_STORED DATA_.
☆ ☆ ☆ ☆ ☆
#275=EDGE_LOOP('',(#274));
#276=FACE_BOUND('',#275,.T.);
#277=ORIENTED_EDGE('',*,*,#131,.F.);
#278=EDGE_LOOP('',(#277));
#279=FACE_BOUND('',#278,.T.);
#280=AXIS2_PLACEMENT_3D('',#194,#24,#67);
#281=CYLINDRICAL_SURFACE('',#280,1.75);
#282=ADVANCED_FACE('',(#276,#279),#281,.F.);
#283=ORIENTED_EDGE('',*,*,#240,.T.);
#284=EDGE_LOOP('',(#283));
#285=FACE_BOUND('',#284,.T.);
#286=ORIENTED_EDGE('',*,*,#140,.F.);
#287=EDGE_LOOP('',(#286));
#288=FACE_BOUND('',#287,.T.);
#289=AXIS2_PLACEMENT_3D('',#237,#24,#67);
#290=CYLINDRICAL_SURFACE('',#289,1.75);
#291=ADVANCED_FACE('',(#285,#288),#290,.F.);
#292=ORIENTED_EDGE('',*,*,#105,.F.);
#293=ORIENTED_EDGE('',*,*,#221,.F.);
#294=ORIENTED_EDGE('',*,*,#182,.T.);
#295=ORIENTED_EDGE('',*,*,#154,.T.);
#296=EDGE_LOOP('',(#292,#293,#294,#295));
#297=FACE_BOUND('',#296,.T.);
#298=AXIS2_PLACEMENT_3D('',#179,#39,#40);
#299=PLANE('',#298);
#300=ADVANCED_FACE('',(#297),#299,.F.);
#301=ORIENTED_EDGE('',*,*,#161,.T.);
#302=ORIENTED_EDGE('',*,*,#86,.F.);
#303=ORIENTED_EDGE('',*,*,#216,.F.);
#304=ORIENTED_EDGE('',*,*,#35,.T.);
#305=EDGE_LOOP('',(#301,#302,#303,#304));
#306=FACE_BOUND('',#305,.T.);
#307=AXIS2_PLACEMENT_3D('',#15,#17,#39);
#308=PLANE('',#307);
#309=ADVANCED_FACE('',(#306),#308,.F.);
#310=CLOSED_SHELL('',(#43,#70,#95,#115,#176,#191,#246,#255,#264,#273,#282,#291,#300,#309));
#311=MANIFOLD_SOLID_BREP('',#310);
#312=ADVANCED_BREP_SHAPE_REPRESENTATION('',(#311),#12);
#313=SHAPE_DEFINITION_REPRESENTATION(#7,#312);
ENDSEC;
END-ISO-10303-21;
☆ ☆ ☆ ☆ ☆
_PROBLEM DESCRIPTION_. In the listing above, find the line containing "#293=ORIENTED_EDGE('',*,*,#221,.F.);", then reproduce it and each line after it through the end, exactly and with nothing added.

_WRITTEN ANSWER_.
#293=ORIENTED_EDGE('',*,*,#221,.F.);
#294=ORIENTED_EDGE('',*,*,#182,.T.);
#295=ORIENTED_EDGE('',*,*,#154,.T.);
#296=EDGE_LOOP('',(#292,#293,#294,#295));
#297=FACE_BOUND('',#296,.T.);
#298=AXIS2_PLACEMENT_3D('',#179,#39,#40);
#299=PLANE('',#298);
#300=ADVANCED_FACE('',(#297),#299,.F.);
#301=ORIENTED_EDGE('',*,*,#161,.T.);
#302=ORIENTED_EDGE('',*,*,#86,.F.);
#303=ORIENTED_EDGE('',*,*,#216,.F.);
#304=ORIENTED_EDGE('',*,*,#35,.T.);
#305=EDGE_LOOP('',(#301,#302,#303,#304));
#306=FACE_BOUND('',#305,.T.);
#307=AXIS2_PLACEMENT_3D('',#15,#17,#39);
#308=PLANE('',#307);
#309=ADVANCED_FACE('',(#306),#308,.F.);
#310=CLOSED_SHELL('',(#43,#70,#95,#115,#176,#191,#246,#255,#264,#273,#282,#291,#300,#309));
#311=MANIFOLD_SOLID_BREP('',#310);
#312=ADVANCED_BREP_SHAPE_REPRESENTATION('',(#311),#12);
#313=SHAPE_DEFINITION_REPRESENTATION(#7,#312);
ENDSEC;
END-ISO-10303-21;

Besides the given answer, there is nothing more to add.